PIOTR HAIN: Mam problem z kręgosłupem, czeka mnie zabieg usunięcia przepukliny kręgosłupowej i dwa miesiące przerwy. Idealnie nie jest, ale z drugiej strony, patrząc choćby na kontuzję Wojtka Ferensa, mogło być gorzej. Jak doszło do urazu? Po prostu skoczyłem, a jak to się mówi, każdy skok może być ostatni. Na razie chodzę, ale „strzeliło” na tyle mocno, że bez zabiegu się nie obędzie. Kompletnie nie jestem zdolny do gry.
Środową potyczkę z BBTS-em Bielsko-Biała obserwował pan z trybun i pewnie nie raz miał ochotę wejść na boisko. Trzeci mecz i trzeci tie break.
PIOTR HAIN: Mam nadzieję, że to pasmo tie breaków w końcu się skończy i że będziemy wygrywali także za trzy punkty. Na razie gramy chimerycznie, bo w Będzinie dwa pierwsze sety były dobre w naszym wykonaniu, a potem mieliśmy przestój. Tym razem było odwrotnie. Można powiedzieć, że przez dwie pierwsze odsłony właściwe nas nie było, a w dwóch kolejnych zaczęliśmy grać. Trzeba przyznać, że Bielsko wygrało zasłużenie, bo przez cały piąty set prowadzili, a my mieliśmy zryw w końcówce. Wynik na tablicy mógłby wskazywać wyrównany bój, ale tak naprawdę BBTS cały czas kontrolował tę ostatnią część gry.
Jastrzębski Węgiel to w tym sezonie zupełnie nowa drużyna. Stąd te problemy ze stabilizacją gry?
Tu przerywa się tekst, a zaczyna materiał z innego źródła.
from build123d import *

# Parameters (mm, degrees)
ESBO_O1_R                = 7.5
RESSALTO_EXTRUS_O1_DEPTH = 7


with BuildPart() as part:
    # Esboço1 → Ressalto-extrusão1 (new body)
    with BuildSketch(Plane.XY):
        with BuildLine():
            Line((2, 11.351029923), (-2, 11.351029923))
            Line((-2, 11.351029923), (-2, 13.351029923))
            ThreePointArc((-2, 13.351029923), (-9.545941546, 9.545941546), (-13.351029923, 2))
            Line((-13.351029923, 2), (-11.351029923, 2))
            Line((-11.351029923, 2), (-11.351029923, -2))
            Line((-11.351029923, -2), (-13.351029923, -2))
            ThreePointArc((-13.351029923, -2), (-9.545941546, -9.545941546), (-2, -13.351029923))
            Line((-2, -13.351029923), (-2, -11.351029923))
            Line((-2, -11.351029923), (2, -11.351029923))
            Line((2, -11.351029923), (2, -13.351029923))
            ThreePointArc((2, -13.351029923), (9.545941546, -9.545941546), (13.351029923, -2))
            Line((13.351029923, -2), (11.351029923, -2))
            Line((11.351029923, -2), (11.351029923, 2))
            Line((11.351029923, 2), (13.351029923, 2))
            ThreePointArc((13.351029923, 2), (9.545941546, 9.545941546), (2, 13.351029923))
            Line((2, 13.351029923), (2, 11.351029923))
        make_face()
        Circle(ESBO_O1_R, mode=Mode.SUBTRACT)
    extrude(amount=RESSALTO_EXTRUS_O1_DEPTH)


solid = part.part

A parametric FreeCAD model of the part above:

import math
import FreeCAD as App
import Part
import Sketcher

doc = App.newDocument("Part")
body = doc.addObject("PartDesign::Body", "Body")

# Sketch on XY plane
sketch1 = body.newObject("Sketcher::SketchObject", "Sketch")
sketch1.AttachmentSupport = (doc.getObject("XY_Plane"), [""])
sketch1.MapMode = "FlatFace"
sketch1.addGeometry(Part.LineSegment(App.Vector(2, 11.35103, 0), App.Vector(-2, 11.35103, 0)), False)
sketch1.addGeometry(Part.LineSegment(App.Vector(-2, 11.35103, 0), App.Vector(-2, 13.35103, 0)), False)
sketch1.addGeometry(Part.ArcOfCircle(Part.Circle(App.Vector(0, 0, 0), App.Vector(0, 0, 1), 13.5), math.radians(98.519624), math.radians(171.480376)), False)
sketch1.addGeometry(Part.LineSegment(App.Vector(-13.35103, 2, 0), App.Vector(-11.35103, 2, 0)), False)
sketch1.addGeometry(Part.LineSegment(App.Vector(-11.35103, 2, 0), App.Vector(-11.35103, -2, 0)), False)
sketch1.addGeometry(Part.LineSegment(App.Vector(-11.35103, -2, 0), App.Vector(-13.35103, -2, 0)), False)
sketch1.addGeometry(Part.ArcOfCircle(Part.Circle(App.Vector(0, 0, 0), App.Vector(0, 0, 1), 13.5), math.radians(-171.480376), math.radians(-98.519624)), False)
sketch1.addGeometry(Part.LineSegment(App.Vector(-2, -13.35103, 0), App.Vector(-2, -11.35103, 0)), False)
sketch1.addGeometry(Part.LineSegment(App.Vector(-2, -11.35103, 0), App.Vector(2, -11.35103, 0)), False)
sketch1.addGeometry(Part.LineSegment(App.Vector(2, -11.35103, 0), App.Vector(2, -13.35103, 0)), False)
sketch1.addGeometry(Part.ArcOfCircle(Part.Circle(App.Vector(0, 0, 0), App.Vector(0, 0, 1), 13.5), math.radians(-81.480376), math.radians(-8.519624)), False)
sketch1.addGeometry(Part.LineSegment(App.Vector(13.35103, -2, 0), App.Vector(11.35103, -2, 0)), False)
sketch1.addGeometry(Part.LineSegment(App.Vector(11.35103, -2, 0), App.Vector(11.35103, 2, 0)), False)
sketch1.addGeometry(Part.LineSegment(App.Vector(11.35103, 2, 0), App.Vector(13.35103, 2, 0)), False)
sketch1.addGeometry(Part.ArcOfCircle(Part.Circle(App.Vector(0, 0, 0), App.Vector(0, 0, 1), 13.5), math.radians(8.519624), math.radians(81.480376)), False)
sketch1.addGeometry(Part.LineSegment(App.Vector(2, 13.35103, 0), App.Vector(2, 11.35103, 0)), False)
sketch1.addGeometry(Part.Circle(App.Vector(0, 0, 0), App.Vector(0, 0, 1), 7.5), False)
sketch1.addConstraint(Sketcher.Constraint("Coincident", 0, 2, 1, 1))
sketch1.addConstraint(Sketcher.Constraint("Coincident", 1, 2, 2, 1))
sketch1.addConstraint(Sketcher.Constraint("Coincident", 2, 2, 3, 1))
sketch1.addConstraint(Sketcher.Constraint("Coincident", 3, 2, 4, 1))
sketch1.addConstraint(Sketcher.Constraint("Coincident", 4, 2, 5, 1))
sketch1.addConstraint(Sketcher.Constraint("Coincident", 5, 2, 6, 1))
sketch1.addConstraint(Sketcher.Constraint("Coincident", 6, 2, 7, 1))
sketch1.addConstraint(Sketcher.Constraint("Coincident", 7, 2, 8, 1))
sketch1.addConstraint(Sketcher.Constraint("Coincident", 8, 2, 9, 1))
sketch1.addConstraint(Sketcher.Constraint("Coincident", 9, 2, 10, 1))
sketch1.addConstraint(Sketcher.Constraint("Coincident", 10, 2, 11, 1))
sketch1.addConstraint(Sketcher.Constraint("Coincident", 11, 2, 12, 1))
sketch1.addConstraint(Sketcher.Constraint("Coincident", 12, 2, 13, 1))
sketch1.addConstraint(Sketcher.Constraint("Coincident", 13, 2, 14, 1))
sketch1.addConstraint(Sketcher.Constraint("Coincident", 14, 2, 15, 1))
sketch1.addConstraint(Sketcher.Constraint("Coincident", 15, 2, 0, 1))
sketch1.addConstraint(Sketcher.Constraint("Horizontal", 0))
sketch1.addConstraint(Sketcher.Constraint("Vertical", 1))
sketch1.addConstraint(Sketcher.Constraint("Horizontal", 3))
sketch1.addConstraint(Sketcher.Constraint("Vertical", 4))
sketch1.addConstraint(Sketcher.Constraint("Horizontal", 5))
sketch1.addConstraint(Sketcher.Constraint("Vertical", 7))
sketch1.addConstraint(Sketcher.Constraint("Horizontal", 8))
sketch1.addConstraint(Sketcher.Constraint("Vertical", 9))
sketch1.addConstraint(Sketcher.Constraint("Horizontal", 11))
sketch1.addConstraint(Sketcher.Constraint("Vertical", 12))
sketch1.addConstraint(Sketcher.Constraint("Horizontal", 13))
sketch1.addConstraint(Sketcher.Constraint("Vertical", 15))
sketch1.addConstraint(Sketcher.Constraint("Coincident", 2, 3, -1, 1))
sketch1.addConstraint(Sketcher.Constraint("Coincident", 6, 3, -1, 1))
sketch1.addConstraint(Sketcher.Constraint("Coincident", 10, 3, -1, 1))
sketch1.addConstraint(Sketcher.Constraint("Coincident", 14, 3, -1, 1))
sketch1.addConstraint(Sketcher.Constraint("Coincident", 16, 3, -1, 1))
sketch1.addConstraint(Sketcher.Constraint("Equal", 2, 6))
sketch1.addConstraint(Sketcher.Constraint("Equal", 6, 10))
sketch1.addConstraint(Sketcher.Constraint("Equal", 10, 14))
sketch1.addConstraint(Sketcher.Constraint("Symmetric", 0, 2, 8, 2, -1, 1))
sketch1.addConstraint(Sketcher.Constraint("Symmetric", 3, 2, 11, 2, -1, 1))
sketch1.addConstraint(Sketcher.Constraint("Horizontal", 6, 2, 9, 2))
sketch1.addConstraint(Sketcher.Constraint("Horizontal", 5, 2, 10, 2))
sketch1.addConstraint(Sketcher.Constraint("Horizontal", 3, 2, 12, 2))
sketch1.addConstraint(Sketcher.Constraint("Horizontal", 1, 2, 14, 2))
sketch1.addConstraint(Sketcher.Constraint("Equal", 13, 1))
sketch1.addConstraint(Sketcher.Constraint("Equal", 8, 4))
sketch1.addConstraint(Sketcher.Constraint("Diameter", 16, 15.0))
sketch1.addConstraint(Sketcher.Constraint("Radius", 2, 13.5))
sketch1.addConstraint(Sketcher.Constraint("DistanceX", 0, 2, 0, 1, 4.0))
sketch1.addConstraint(Sketcher.Constraint("DistanceX", 3, 1, 3, 2, 2.0))
pad1 = body.newObject("PartDesign::Pad", "Pad")
pad1.Profile = sketch1
pad1.Length = 7

doc.recompute()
PIOTR HAIN: Myślę, że tak. Sytuacja wyglądałaby na pewno inaczej, gdyby w zespole został zachowany trzon z poprzedniego sezonu, albo gdybyśmy znali się wcześniej z innych klubów. Tak niestety nie jest, ale na pewno czas będzie działał na naszą korzyść i każdy następny mecz w naszym wykonaniu będzie lepszy.
Wielką zaletą tej nowej drużyny jest waleczność. W każdym meczu mocno biliście się o zwycięstwo.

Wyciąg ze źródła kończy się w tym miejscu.